Page 1 of 1

SUM FIELDS=NONE in sort.

Posted: Mon Nov 09, 2015 1:30 pm
by hp123
Hi,

To remove duplicates from a file we can use SUM FIELDS=NONE in sort. But I don't understand it, why it removes dulicates? If I'll provide some values for SUM FIELDS, it will sum the number in that place then how it removes duplicates with NONE? Can anyone please explain this concept?

Re: SUM FIELDS=NONE in sort.

Posted: Mon Nov 09, 2015 1:49 pm
by Anithab
Please check this link about SUM function
http://publibz.boulder.ibm.com/cgi-bin/ ... 0615185603

Re: SUM FIELDS=NONE in sort.

Posted: Mon Nov 09, 2015 4:37 pm
by William Collins
If you specify one or more fields on the SUM statement, for records with non-unique keys (from the SORT statement) those fields are summed, and one single record is output with the sums. The first record to arrive at the SUM is the one which is used as the base for the output record.

If you specify FIELDS=NONE, the actually summing is not done, and with a non-unique key the first record of each key which arrives at the SUM processing is the one which is written out.

If your data is already in sequence by the key, then using SORT and SUM is a very inefficient way of removing duplicate keys.

Re: SUM FIELDS=NONE in sort.

Posted: Sat Nov 21, 2015 9:43 am
by chaat
William,

if you are positive that the data is in sequence already, then you can use

MERGE FIELDS=(.....)
SUM FIELDS=NONE

this way you can avoid the overhead of sorting the data again.

Re: SUM FIELDS=NONE in sort.

Posted: Sat Nov 21, 2015 3:04 pm
by William Collins
Yes, Chuck.

It has to be with a single file, SORTIN01 replacing SORTIN. Use of EQUALS if required to preserve order (if "base" record details are significant and the first record is wanted for the base).

The OUTFIL reporting features can also be used, REMOVECC,NODETAIL and SECTIONS with TRAILER3 (based on last record) or HEADER3 (based on first record).

The point was in the inefficiency of using SORT just to allow the SUM.

There's also ICETOOL's SELECT operator which provides further options (like keeping the discards, only keeping unique/non-unique keys, keeping the first n of a set of keys, etc).

Re: SUM FIELDS=NONE in sort.

Posted: Fri Dec 04, 2015 11:24 am
by hp123
William Collins wrote:If you specify FIELDS=NONE, the actually summing is not done, and with a non-unique key the first record of each key which arrives at the SUM processing is the one which is written out.
If actual summing is not done then what exactly happens?
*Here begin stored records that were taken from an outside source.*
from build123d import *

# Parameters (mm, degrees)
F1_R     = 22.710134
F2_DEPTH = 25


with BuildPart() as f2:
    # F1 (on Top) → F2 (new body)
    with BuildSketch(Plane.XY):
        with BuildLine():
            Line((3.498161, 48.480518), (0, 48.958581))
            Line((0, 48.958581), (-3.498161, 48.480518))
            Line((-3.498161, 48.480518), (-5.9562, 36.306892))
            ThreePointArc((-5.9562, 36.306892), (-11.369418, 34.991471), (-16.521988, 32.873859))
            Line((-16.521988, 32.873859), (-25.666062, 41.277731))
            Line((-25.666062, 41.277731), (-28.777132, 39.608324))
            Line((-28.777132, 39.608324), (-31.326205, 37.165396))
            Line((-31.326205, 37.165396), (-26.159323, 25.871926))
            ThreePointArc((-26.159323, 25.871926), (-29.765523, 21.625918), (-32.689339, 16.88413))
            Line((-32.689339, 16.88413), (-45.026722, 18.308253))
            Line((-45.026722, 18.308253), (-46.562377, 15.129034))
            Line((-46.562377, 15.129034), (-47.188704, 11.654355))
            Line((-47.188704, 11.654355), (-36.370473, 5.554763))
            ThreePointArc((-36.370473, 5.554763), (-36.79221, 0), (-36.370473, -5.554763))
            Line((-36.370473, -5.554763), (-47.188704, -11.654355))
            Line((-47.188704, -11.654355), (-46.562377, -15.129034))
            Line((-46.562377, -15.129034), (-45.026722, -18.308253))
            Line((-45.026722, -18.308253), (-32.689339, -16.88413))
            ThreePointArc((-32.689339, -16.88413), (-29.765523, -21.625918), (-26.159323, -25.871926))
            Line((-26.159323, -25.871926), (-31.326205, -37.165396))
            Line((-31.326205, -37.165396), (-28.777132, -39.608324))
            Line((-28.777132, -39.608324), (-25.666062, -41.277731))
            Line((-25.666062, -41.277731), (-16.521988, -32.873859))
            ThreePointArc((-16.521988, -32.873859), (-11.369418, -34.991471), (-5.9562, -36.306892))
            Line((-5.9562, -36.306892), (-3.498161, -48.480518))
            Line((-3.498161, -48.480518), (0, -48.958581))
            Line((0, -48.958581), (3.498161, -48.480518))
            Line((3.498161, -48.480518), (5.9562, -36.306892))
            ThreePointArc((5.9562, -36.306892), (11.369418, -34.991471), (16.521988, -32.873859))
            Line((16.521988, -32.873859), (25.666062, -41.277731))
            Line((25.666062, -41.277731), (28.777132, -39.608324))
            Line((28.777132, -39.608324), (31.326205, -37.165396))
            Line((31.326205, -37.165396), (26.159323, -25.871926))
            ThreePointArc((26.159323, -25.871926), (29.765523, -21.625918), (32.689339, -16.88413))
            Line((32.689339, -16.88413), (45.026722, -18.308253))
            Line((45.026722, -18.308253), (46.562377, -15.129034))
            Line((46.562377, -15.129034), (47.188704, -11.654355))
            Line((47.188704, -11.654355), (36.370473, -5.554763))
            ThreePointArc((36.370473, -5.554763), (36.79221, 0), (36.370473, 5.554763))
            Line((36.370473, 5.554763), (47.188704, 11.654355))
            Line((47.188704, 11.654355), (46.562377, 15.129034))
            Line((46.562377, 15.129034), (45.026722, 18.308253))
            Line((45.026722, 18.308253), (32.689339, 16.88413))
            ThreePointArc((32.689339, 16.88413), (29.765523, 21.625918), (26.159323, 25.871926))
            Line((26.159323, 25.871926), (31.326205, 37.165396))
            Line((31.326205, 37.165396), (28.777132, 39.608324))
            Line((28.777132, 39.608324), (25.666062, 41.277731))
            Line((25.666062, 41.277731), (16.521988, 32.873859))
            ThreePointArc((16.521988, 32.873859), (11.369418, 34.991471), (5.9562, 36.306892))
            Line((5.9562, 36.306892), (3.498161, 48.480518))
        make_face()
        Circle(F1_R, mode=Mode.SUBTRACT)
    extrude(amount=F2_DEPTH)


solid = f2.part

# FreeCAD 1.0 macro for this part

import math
import FreeCAD as App
import Part
import Sketcher

doc = App.newDocument("Part")
body = doc.addObject("PartDesign::Body", "Body")

# Sketch on XY plane
sketch1 = doc.addObject("Sketcher::SketchObject", "Sketch")
body.addObject(sketch1)
sketch1.AttachmentSupport = (doc.XY_Plane, [""])
sketch1.MapMode = "FlatFace"
sketch1.addGeometry([
    Part.LineSegment(App.Vector(3.498161, 48.480518, 0), App.Vector(0, 48.958581, 0)),  # 0
    Part.LineSegment(App.Vector(0, 48.958581, 0), App.Vector(-3.498161, 48.480518, 0)),  # 1
    Part.LineSegment(App.Vector(-3.498161, 48.480518, 0), App.Vector(-5.9562, 36.306892, 0)),  # 2
    Part.ArcOfCircle(Part.Circle(App.Vector(0.000002, 0, 0), App.Vector(0, 0, 1), 36.792211), math.radians(99.316475), math.radians(116.683529)),  # 3
    Part.LineSegment(App.Vector(-16.521988, 32.873859, 0), App.Vector(-25.666062, 41.277731, 0)),  # 4
    Part.LineSegment(App.Vector(-25.666062, 41.277731, 0), App.Vector(-28.777132, 39.608324, 0)),  # 5
    Part.LineSegment(App.Vector(-28.777132, 39.608324, 0), App.Vector(-31.326205, 37.165396, 0)),  # 6
    Part.LineSegment(App.Vector(-31.326205, 37.165396, 0), App.Vector(-26.159323, 25.871926, 0)),  # 7
    Part.ArcOfCircle(Part.Circle(App.Vector(0.000042, -0.00003, 0), App.Vector(0, 0, 1), 36.792261), math.radians(135.316485), math.radians(152.683515)),  # 8
    Part.LineSegment(App.Vector(-32.689339, 16.88413, 0), App.Vector(-45.026722, 18.308253, 0)),  # 9
    Part.LineSegment(App.Vector(-45.026722, 18.308253, 0), App.Vector(-46.562377, 15.129034, 0)),  # 10
    Part.LineSegment(App.Vector(-46.562377, 15.129034, 0), App.Vector(-47.188704, 11.654355, 0)),  # 11
    Part.LineSegment(App.Vector(-47.188704, 11.654355, 0), App.Vector(-36.370473, 5.554763, 0)),  # 12
    Part.ArcOfCircle(Part.Circle(App.Vector(-0.000022, 0, 0), App.Vector(0, 0, 1), 36.792188), math.radians(171.316468), math.radians(188.683532)),  # 13
    Part.LineSegment(App.Vector(-36.370473, -5.554763, 0), App.Vector(-47.188704, -11.654355, 0)),  # 14
    Part.LineSegment(App.Vector(-47.188704, -11.654355, 0), App.Vector(-46.562377, -15.129034, 0)),  # 15
    Part.LineSegment(App.Vector(-46.562377, -15.129034, 0), App.Vector(-45.026722, -18.308253, 0)),  # 16
    Part.LineSegment(App.Vector(-45.026722, -18.308253, 0), App.Vector(-32.689339, -16.88413, 0)),  # 17
    Part.ArcOfCircle(Part.Circle(App.Vector(0.000042, 0.00003, 0), App.Vector(0, 0, 1), 36.792261), math.radians(-152.683515), math.radians(-135.316485)),  # 18
    Part.LineSegment(App.Vector(-26.159323, -25.871926, 0), App.Vector(-31.326205, -37.165396, 0)),  # 19
    Part.LineSegment(App.Vector(-31.326205, -37.165396, 0), App.Vector(-28.777132, -39.608324, 0)),  # 20
    Part.LineSegment(App.Vector(-28.777132, -39.608324, 0), App.Vector(-25.666062, -41.277731, 0)),  # 21
    Part.LineSegment(App.Vector(-25.666062, -41.277731, 0), App.Vector(-16.521988, -32.873859, 0)),  # 22
    Part.ArcOfCircle(Part.Circle(App.Vector(0.000002, 0, 0), App.Vector(0, 0, 1), 36.792211), math.radians(-116.683529), math.radians(-99.316475)),  # 23
    Part.LineSegment(App.Vector(-5.9562, -36.306892, 0), App.Vector(-3.498161, -48.480518, 0)),  # 24
    Part.LineSegment(App.Vector(-3.498161, -48.480518, 0), App.Vector(0, -48.958581, 0)),  # 25
    Part.LineSegment(App.Vector(0, -48.958581, 0), App.Vector(3.498161, -48.480518, 0)),  # 26
    Part.LineSegment(App.Vector(3.498161, -48.480518, 0), App.Vector(5.9562, -36.306892, 0)),  # 27
    Part.ArcOfCircle(Part.Circle(App.Vector(-0.000002, 0, 0), App.Vector(0, 0, 1), 36.792211), math.radians(-80.683525), math.radians(-63.316471)),  # 28
    Part.LineSegment(App.Vector(16.521988, -32.873859, 0), App.Vector(25.666062, -41.277731, 0)),  # 29
    Part.LineSegment(App.Vector(25.666062, -41.277731, 0), App.Vector(28.777132, -39.608324, 0)),  # 30
    Part.LineSegment(App.Vector(28.777132, -39.608324, 0), App.Vector(31.326205, -37.165396, 0)),  # 31
    Part.LineSegment(App.Vector(31.326205, -37.165396, 0), App.Vector(26.159323, -25.871926, 0)),  # 32
    Part.ArcOfCircle(Part.Circle(App.Vector(-0.000042, 0.00003, 0), App.Vector(0, 0, 1), 36.792261), math.radians(-44.683515), math.radians(-27.316485)),  # 33
    Part.LineSegment(App.Vector(32.689339, -16.88413, 0), App.Vector(45.026722, -18.308253, 0)),  # 34
    Part.LineSegment(App.Vector(45.026722, -18.308253, 0), App.Vector(46.562377, -15.129034, 0)),  # 35
    Part.LineSegment(App.Vector(46.562377, -15.129034, 0), App.Vector(47.188704, -11.654355, 0)),  # 36
    Part.LineSegment(App.Vector(47.188704, -11.654355, 0), App.Vector(36.370473, -5.554763, 0)),  # 37
    Part.ArcOfCircle(Part.Circle(App.Vector(0.000022, 0, 0), App.Vector(0, 0, 1), 36.792188), math.radians(-8.683532), math.radians(8.683532)),  # 38
    Part.LineSegment(App.Vector(36.370473, 5.554763, 0), App.Vector(47.188704, 11.654355, 0)),  # 39
    Part.LineSegment(App.Vector(47.188704, 11.654355, 0), App.Vector(46.562377, 15.129034, 0)),  # 40
    Part.LineSegment(App.Vector(46.562377, 15.129034, 0), App.Vector(45.026722, 18.308253, 0)),  # 41
    Part.LineSegment(App.Vector(45.026722, 18.308253, 0), App.Vector(32.689339, 16.88413, 0)),  # 42
    Part.ArcOfCircle(Part.Circle(App.Vector(-0.000042, -0.00003, 0), App.Vector(0, 0, 1), 36.792261), math.radians(27.316485), math.radians(44.683515)),  # 43
    Part.LineSegment(App.Vector(26.159323, 25.871926, 0), App.Vector(31.326205, 37.165396, 0)),  # 44
    Part.LineSegment(App.Vector(31.326205, 37.165396, 0), App.Vector(28.777132, 39.608324, 0)),  # 45
    Part.LineSegment(App.Vector(28.777132, 39.608324, 0), App.Vector(25.666062, 41.277731, 0)),  # 46
    Part.LineSegment(App.Vector(25.666062, 41.277731, 0), App.Vector(16.521988, 32.873859, 0)),  # 47
    Part.ArcOfCircle(Part.Circle(App.Vector(-0.000002, 0, 0), App.Vector(0, 0, 1), 36.792211), math.radians(63.316471), math.radians(80.683525)),  # 48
Does SORT "ignore" to sum when it sees the keyword NONE? Or it calls some another routine, as a "program"?

Re: SUM FIELDS=NONE in sort.

Posted: Fri Dec 04, 2015 11:28 am
by hp123
Read the above posts again and have some questions:
William Collins wrote:If your data is already in sequence by the key, then using SORT and SUM is a very inefficient way of removing duplicate keys.
William Collins wrote:There's also ICETOOL's SELECT operator which provides further options (like keeping the discards, only keeping unique/non-unique keys, keeping the first n of a set of keys, etc).
So to remove duplicates I should prefer to use ICETOOL's SELECT operator?

Re: SUM FIELDS=NONE in sort.

Posted: Fri Dec 04, 2015 3:58 pm
by William Collins
As part of a SUM operation there is the dropping of duplicate keys. FIELDS=NONE on SUM just does that part, as there is nothing to SUM. If you specify something to SUM, it is summed, and the other duplicates of the first record are still dropped.

If you need something which SELECT provides easily which is not provided easily elsewhere, then SELECT is a sensible choice.